So Im sitting here at launch, my last day in Atlanta, GA.
There are a whole host of feelings going on, most of which I can’t even put a name to. I know I’m excited, nervous, unsure, but willing. And I have said yes so many times.
When I first signed up for the race, one of the things that I was drawn to was this route’s emphasis on eastern Europe. Our last two countries were originally Latvia and Moldova. Which then in April/May switched to Albania and Greece. Which I was stoked about. I have felt drawn to the refugee crisis for some time and was so excited to be able to help.
At training camp we were informed that Greece was no longer a viable option for our eleventh country. I was bummed, but the attitude of my squad was to see what else God has planned.
So, let me tell you what happened yesterday at launch.
Who has heard of El Camino de Santiago? Well, let me explain to you what this has to do with our route. This is a pilgrimage that winds across the northern part of Spain. It’s something I was introduced to through a housemate of mine, and since then it has always been in the back of my mind as something that needs to happen; not just because of the epic adventure, but because it’s described as a spiritual pilgrimage. As it has been sitting in the back of my mind, God has been continually feeding into me the goodness that could come from pursuing it. These people are walking across Spain because they are looking for something! I have that something! Jesus! What an incredible opportunity to sow seeds of a relationship with Christ into people you know are SEEKING. I’ve been thinking about it for almost two years, and I’ve always felt God saying WAIT.
Then I pursued the Race and God flung those doors wide open. But the El Camino was still in my head.

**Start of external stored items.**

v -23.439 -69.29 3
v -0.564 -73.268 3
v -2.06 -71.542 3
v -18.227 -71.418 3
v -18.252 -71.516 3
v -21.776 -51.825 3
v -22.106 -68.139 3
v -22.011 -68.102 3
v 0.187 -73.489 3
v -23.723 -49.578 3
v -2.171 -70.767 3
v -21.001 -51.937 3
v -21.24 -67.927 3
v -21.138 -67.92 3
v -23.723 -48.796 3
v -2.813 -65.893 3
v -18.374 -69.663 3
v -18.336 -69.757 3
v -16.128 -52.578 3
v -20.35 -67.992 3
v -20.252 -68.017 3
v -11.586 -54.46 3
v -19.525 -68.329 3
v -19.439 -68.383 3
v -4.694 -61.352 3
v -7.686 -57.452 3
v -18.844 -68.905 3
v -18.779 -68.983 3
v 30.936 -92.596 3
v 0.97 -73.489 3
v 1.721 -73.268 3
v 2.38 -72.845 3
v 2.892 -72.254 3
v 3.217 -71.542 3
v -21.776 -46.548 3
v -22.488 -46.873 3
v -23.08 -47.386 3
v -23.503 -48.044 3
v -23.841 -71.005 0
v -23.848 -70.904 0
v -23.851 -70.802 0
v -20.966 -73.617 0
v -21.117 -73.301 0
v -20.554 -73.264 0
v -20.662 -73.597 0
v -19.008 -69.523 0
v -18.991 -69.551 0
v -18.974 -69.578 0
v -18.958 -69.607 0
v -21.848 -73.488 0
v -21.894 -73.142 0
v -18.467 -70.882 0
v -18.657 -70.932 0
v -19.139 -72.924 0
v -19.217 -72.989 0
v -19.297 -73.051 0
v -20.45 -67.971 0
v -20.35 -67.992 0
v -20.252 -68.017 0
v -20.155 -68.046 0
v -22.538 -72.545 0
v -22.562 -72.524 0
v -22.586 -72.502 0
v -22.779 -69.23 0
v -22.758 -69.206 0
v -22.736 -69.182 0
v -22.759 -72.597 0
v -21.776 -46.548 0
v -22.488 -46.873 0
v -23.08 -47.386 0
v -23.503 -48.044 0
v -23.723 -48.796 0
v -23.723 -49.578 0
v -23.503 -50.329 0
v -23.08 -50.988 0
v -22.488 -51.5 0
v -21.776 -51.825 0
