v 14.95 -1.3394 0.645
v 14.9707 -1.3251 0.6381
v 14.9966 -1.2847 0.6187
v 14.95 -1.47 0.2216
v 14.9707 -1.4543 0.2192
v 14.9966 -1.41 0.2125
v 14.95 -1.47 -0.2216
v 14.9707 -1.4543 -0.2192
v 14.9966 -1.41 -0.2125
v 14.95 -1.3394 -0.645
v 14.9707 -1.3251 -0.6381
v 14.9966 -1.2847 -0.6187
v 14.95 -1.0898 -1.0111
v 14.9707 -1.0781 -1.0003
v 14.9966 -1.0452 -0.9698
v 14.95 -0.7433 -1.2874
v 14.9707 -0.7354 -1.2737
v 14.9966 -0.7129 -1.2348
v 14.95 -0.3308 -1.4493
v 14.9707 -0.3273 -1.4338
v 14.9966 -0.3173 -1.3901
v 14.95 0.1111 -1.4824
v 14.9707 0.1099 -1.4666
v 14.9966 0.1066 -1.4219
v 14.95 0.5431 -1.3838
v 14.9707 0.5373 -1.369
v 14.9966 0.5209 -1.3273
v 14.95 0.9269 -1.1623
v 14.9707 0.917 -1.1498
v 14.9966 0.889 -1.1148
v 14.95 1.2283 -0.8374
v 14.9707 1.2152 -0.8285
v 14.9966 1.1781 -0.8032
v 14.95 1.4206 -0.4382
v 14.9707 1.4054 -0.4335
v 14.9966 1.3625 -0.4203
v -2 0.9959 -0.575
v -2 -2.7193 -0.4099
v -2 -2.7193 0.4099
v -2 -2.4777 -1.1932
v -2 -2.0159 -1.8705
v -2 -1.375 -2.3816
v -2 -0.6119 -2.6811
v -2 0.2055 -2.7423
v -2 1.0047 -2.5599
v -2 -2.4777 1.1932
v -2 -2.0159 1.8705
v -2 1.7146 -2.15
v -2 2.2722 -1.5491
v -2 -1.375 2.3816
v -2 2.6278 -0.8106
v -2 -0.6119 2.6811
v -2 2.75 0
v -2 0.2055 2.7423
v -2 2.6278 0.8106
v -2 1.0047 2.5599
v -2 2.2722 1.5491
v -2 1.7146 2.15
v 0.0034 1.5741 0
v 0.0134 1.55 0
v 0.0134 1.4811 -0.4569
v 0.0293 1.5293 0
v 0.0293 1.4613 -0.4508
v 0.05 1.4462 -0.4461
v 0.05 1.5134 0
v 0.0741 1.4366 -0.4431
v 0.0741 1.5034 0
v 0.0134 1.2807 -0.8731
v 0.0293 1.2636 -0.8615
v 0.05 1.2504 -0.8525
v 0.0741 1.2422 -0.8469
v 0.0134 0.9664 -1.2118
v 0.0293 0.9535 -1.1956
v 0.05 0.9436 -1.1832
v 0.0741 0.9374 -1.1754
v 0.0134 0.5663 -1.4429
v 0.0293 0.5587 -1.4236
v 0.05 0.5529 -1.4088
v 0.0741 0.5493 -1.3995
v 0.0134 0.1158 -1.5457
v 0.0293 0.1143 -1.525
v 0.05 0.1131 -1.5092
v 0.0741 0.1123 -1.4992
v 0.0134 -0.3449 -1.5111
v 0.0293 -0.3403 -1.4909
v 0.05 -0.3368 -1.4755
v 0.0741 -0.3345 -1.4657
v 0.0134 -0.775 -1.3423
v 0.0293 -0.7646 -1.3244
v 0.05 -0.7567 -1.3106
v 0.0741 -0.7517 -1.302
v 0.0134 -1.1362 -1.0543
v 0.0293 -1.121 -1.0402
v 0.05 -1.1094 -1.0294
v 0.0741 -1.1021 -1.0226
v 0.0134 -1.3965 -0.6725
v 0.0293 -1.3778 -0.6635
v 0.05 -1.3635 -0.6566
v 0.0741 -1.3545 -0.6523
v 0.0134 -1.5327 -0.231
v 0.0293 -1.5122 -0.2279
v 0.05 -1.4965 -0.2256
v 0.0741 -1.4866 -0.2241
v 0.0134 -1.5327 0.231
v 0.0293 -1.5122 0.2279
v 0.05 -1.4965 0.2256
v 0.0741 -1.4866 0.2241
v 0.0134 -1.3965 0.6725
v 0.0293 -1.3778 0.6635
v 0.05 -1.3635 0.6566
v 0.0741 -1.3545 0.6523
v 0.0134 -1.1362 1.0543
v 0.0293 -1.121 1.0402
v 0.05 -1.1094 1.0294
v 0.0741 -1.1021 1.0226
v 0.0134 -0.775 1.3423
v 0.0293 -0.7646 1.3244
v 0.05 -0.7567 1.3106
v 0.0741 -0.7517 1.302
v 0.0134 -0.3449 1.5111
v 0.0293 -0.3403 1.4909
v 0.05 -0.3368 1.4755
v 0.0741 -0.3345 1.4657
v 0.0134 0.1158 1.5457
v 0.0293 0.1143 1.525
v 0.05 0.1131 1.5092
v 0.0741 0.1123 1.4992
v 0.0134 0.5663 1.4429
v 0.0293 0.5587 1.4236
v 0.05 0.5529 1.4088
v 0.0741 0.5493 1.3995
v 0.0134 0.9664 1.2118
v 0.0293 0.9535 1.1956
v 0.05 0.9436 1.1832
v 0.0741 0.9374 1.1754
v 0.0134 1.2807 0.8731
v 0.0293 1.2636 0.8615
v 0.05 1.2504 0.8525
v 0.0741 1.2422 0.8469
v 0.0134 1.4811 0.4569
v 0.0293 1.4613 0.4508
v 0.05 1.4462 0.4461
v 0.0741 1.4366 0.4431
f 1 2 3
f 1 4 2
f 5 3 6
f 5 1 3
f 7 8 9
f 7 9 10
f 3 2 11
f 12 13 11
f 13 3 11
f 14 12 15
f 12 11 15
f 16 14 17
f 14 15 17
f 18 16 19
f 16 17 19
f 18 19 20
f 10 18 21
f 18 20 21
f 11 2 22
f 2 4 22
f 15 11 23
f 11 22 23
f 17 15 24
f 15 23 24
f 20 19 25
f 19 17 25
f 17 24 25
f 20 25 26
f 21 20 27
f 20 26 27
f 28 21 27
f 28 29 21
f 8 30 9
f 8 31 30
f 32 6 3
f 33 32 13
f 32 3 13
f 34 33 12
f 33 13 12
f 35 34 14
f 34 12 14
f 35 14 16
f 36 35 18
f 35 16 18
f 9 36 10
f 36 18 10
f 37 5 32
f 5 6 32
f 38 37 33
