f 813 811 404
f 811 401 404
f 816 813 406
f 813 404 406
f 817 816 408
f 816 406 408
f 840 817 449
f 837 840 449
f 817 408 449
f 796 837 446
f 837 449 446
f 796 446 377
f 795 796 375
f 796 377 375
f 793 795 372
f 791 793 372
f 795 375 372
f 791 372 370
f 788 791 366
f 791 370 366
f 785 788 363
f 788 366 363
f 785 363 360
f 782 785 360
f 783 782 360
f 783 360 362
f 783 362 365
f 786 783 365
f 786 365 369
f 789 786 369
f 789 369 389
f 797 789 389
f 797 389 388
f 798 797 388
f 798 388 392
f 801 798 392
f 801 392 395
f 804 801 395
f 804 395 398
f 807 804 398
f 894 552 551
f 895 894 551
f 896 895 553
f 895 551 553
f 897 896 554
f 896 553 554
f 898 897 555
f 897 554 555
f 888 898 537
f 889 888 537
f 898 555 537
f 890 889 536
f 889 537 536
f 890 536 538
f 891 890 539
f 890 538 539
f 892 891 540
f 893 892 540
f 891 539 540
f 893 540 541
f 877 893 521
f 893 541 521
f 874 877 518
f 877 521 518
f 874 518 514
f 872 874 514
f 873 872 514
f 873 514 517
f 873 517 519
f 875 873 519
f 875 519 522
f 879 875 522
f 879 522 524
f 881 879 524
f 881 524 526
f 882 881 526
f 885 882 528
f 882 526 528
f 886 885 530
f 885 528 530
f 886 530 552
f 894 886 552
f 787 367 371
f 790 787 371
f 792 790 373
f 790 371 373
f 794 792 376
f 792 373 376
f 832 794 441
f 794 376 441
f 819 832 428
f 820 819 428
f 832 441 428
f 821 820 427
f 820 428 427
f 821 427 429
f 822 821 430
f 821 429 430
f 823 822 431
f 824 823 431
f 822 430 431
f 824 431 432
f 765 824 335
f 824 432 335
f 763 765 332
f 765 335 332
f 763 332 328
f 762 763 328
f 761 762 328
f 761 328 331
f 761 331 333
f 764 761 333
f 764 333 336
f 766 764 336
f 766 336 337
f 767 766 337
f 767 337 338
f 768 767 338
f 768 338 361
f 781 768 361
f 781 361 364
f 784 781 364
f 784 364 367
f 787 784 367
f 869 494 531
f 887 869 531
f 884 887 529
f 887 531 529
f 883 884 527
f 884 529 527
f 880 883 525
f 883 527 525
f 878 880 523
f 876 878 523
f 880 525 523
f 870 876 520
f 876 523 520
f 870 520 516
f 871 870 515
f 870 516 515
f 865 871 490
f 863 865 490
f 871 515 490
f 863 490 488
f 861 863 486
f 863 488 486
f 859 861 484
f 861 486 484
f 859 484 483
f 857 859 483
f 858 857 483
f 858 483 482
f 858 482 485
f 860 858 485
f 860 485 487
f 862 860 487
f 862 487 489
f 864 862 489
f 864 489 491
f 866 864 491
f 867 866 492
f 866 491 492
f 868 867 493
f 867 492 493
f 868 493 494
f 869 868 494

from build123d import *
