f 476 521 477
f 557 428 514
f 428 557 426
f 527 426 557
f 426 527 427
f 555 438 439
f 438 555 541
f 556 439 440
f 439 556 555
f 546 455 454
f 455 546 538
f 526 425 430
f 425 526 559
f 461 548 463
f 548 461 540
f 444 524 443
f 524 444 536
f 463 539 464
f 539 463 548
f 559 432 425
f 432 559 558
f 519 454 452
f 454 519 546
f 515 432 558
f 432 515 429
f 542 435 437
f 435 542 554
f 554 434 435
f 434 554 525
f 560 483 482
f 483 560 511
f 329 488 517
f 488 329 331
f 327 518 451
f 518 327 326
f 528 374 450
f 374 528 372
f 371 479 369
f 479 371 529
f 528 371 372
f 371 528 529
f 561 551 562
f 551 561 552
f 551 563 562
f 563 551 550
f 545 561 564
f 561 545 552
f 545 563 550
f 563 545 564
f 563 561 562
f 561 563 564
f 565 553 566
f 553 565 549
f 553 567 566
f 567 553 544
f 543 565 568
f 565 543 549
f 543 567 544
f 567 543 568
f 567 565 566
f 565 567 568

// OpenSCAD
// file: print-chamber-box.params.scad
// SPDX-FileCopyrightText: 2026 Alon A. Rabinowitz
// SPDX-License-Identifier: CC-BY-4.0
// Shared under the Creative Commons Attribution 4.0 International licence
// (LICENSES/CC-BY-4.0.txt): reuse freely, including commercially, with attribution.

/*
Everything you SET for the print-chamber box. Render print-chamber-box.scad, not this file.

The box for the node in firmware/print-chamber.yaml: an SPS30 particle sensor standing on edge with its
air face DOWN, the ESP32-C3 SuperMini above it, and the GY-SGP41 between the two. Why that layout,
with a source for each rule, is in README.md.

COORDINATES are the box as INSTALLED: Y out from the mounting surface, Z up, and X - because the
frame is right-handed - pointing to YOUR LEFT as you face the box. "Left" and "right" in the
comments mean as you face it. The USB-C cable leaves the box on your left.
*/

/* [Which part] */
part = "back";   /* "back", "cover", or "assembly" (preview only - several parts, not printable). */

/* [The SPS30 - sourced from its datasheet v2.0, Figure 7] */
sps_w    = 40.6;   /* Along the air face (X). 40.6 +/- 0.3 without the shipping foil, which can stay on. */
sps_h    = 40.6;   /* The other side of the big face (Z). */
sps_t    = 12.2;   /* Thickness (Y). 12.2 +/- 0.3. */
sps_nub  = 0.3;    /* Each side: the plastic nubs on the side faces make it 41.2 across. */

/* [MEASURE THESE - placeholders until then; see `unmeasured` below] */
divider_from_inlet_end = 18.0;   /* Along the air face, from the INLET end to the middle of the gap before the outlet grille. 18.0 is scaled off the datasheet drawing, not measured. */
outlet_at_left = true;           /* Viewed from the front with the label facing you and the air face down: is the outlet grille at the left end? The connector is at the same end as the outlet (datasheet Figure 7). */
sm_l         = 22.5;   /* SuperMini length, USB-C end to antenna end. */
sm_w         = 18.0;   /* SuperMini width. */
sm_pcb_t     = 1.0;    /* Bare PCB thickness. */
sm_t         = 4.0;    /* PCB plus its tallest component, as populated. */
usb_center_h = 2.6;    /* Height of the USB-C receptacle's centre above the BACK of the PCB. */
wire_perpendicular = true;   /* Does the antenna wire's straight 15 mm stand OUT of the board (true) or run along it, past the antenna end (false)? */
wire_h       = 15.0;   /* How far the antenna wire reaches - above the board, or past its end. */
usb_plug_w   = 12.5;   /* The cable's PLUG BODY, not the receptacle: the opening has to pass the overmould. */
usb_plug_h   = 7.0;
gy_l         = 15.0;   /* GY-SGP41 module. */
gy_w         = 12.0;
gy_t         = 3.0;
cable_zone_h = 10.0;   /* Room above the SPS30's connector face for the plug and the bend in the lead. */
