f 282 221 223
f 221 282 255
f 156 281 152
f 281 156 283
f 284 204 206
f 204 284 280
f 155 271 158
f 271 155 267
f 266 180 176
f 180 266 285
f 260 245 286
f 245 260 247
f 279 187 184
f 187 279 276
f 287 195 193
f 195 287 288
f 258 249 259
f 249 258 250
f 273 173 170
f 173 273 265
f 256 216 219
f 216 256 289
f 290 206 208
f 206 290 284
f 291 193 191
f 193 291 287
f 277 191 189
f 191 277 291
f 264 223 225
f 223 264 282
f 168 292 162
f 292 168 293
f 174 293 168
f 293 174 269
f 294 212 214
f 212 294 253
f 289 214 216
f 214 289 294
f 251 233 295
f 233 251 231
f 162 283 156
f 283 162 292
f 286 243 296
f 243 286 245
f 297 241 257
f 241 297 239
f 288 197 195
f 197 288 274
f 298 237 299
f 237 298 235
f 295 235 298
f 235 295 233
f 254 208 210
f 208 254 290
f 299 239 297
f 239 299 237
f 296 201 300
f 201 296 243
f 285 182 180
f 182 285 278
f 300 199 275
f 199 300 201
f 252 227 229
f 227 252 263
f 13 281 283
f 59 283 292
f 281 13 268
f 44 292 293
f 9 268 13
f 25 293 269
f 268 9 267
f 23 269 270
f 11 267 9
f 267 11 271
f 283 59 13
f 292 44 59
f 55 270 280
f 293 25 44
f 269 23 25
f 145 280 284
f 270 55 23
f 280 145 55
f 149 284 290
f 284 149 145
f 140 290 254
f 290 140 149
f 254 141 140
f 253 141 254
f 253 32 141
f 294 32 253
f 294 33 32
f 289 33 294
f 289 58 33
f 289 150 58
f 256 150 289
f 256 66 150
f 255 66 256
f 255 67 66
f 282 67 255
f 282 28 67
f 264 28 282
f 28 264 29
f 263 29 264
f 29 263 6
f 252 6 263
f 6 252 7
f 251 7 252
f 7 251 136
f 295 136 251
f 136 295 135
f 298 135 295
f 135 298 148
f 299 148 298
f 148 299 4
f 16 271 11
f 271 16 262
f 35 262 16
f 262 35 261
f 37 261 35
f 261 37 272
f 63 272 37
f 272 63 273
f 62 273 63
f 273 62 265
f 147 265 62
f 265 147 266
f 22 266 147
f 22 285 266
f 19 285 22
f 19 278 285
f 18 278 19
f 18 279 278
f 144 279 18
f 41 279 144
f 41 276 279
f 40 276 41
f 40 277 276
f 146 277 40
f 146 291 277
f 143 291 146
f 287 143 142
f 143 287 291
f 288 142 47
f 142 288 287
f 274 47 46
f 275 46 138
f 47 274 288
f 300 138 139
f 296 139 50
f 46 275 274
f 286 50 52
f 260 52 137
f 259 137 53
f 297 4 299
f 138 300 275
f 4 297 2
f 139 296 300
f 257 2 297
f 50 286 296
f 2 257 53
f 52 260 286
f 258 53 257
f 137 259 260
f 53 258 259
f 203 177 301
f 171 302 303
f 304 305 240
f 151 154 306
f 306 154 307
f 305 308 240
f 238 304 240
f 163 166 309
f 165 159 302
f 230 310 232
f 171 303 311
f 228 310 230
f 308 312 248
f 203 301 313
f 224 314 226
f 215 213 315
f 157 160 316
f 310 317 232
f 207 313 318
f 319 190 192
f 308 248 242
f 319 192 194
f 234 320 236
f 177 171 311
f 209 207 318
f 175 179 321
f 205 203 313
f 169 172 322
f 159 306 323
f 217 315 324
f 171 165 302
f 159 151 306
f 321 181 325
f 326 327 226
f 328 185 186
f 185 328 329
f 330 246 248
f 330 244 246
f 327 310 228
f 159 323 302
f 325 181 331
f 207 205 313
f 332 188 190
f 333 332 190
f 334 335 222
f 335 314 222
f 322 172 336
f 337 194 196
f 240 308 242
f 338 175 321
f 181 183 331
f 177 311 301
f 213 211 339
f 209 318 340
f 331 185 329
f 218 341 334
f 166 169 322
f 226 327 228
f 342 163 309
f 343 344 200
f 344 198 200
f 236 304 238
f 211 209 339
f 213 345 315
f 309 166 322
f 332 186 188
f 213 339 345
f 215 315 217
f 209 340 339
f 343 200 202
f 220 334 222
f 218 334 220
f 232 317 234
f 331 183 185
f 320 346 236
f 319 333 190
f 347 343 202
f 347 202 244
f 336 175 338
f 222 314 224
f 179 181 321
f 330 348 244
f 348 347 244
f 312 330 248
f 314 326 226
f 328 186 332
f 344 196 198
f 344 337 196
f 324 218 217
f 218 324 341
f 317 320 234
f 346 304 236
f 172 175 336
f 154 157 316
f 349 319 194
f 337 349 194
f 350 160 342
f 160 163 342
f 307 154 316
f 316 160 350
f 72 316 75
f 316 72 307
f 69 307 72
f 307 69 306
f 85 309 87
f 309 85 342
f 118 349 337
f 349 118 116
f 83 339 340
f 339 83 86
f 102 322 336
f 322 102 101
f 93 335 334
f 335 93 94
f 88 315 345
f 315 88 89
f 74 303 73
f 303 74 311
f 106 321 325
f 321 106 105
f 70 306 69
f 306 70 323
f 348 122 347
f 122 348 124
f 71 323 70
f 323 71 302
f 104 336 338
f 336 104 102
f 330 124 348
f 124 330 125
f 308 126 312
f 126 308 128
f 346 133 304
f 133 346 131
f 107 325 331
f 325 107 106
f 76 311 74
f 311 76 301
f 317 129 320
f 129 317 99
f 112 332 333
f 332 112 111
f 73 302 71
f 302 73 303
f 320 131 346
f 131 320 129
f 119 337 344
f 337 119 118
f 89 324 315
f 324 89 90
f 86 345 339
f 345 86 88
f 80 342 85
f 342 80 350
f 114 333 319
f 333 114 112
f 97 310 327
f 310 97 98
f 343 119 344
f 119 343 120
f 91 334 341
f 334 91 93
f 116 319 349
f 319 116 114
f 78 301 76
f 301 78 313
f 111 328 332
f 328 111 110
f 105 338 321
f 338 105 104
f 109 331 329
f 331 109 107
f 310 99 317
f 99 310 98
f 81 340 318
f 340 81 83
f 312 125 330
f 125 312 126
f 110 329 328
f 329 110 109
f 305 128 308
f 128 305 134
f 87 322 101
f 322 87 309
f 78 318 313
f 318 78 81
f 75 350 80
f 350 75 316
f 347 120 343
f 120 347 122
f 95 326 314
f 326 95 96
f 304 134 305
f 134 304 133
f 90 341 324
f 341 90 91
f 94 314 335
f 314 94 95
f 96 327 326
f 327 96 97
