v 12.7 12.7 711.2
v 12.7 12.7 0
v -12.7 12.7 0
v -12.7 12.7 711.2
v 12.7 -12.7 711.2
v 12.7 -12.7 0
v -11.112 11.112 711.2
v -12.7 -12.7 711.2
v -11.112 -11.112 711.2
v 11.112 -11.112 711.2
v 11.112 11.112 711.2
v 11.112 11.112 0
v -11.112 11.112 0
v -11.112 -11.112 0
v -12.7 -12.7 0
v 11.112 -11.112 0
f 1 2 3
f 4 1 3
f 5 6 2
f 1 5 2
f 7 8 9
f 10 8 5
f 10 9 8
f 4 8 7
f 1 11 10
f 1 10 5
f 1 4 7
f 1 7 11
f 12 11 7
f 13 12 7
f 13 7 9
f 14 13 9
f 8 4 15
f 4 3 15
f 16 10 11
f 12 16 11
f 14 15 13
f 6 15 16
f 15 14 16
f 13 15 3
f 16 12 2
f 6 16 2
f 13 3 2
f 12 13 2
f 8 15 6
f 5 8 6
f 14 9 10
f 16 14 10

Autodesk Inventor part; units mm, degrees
ref_plane "YZ Plane" through (0, 0, 0) normal (1, 0, 0) x (0, 1, 0)
ref_plane "XZ Plane" through (0, 0, 0) normal (0, 1, 0) x (-1, 0, 0)
ref_plane "XY Plane" through (0, 0, 0) normal (0, 0, 1) x (1, 0, 0)
sketch "Sketch1" plane through (0, 0, 0) normal (0, 0, 1) x (1, 0, 0)
  line L0 (-12.7, -12.7) -> (12.7, -12.7)
  line L1 (12.7, -12.7) -> (12.7, 12.7)
  line L2 (12.7, 12.7) -> (-12.7, 12.7)
  line L3 (-12.7, 12.7) -> (-12.7, -12.7)
  line L4 (-11.1125, -11.1125) -> (11.1125, -11.1125)
  line L5 (11.1125, -11.1125) -> (11.1125, 11.1125)
  line L6 (11.1125, 11.1125) -> (-11.1125, 11.1125)
  line L7 (-11.1125, 11.1125) -> (-11.1125, -11.1125)
  point P0 (0, 0)
  dimension "d0" = 25.4
  dimension "d1" = 25.4
  dimension "d2" = 22.225
  dimension "d3" = 22.225
extrude "Extrusion1" add sketch "Sketch1" along normal blind 711.2
equation "\"BendRadius\" = Thickness"
equation "\"BendReliefWidth\" = Thickness"
equation "\"BendReliefDepth\" = 0.5 * Thickness"
equation "\"CornerReliefSize\" = 4 * Thickness"
equation "\"MinimumRemnant\" = 2 * Thickness"
equation "\"TransitionRadius\" = BendRadius"
equation "\"JacobiRadiusSize\" = BendRadius"
equation "\"GapSize\" = Thickness"
equation "\"Thickness\" = 3.048"
properties part number "28 in 1-16"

The last 6 weeks between training camp and launch it has come up a few more times and between conversations with people and just my own thoughts, its been something I know that will happen some time in my life’s story.
Fast track to yesterday. We had an all squad meeting, and it was revealed to us that our eleventh country will be SPAIN!! It didn’t even process that the El Camino could be a possibility. I was excited but didn’t think twice about it. Then our squad mentor, Jeremy, continued to describe what the month might look like. He talked about ministry in Barcelona for 10 days, which will be sweet. Then he mentioned the name I never could have known was coming. El Camino de Santiago. They were planning on having us hike and build into people we meet along the way for at least 10 days.
I froze.
There was no way.
This thing that was on my heart had been combined with this obvious calling God placed on my life to do the Race. He planned it all. He knows the desires of my heart. What I wanted to do out of the pure desire to pursue his kingdom was granted, even though it was not how I had planned in any way, shape, or form. It never goes how I plan it. I cried, a lot. It made a lot of people worried, but I promise they were good tears. I was just shown a glimpse of understanding into how God sees me, loves me, and that he cares about my desires.
Its something small, but its a nugget of God’s character that I will be bringing into the first month of the Race.
God is faithful, I leave tomorrow, and I am freaking pumped to see what else he has planned.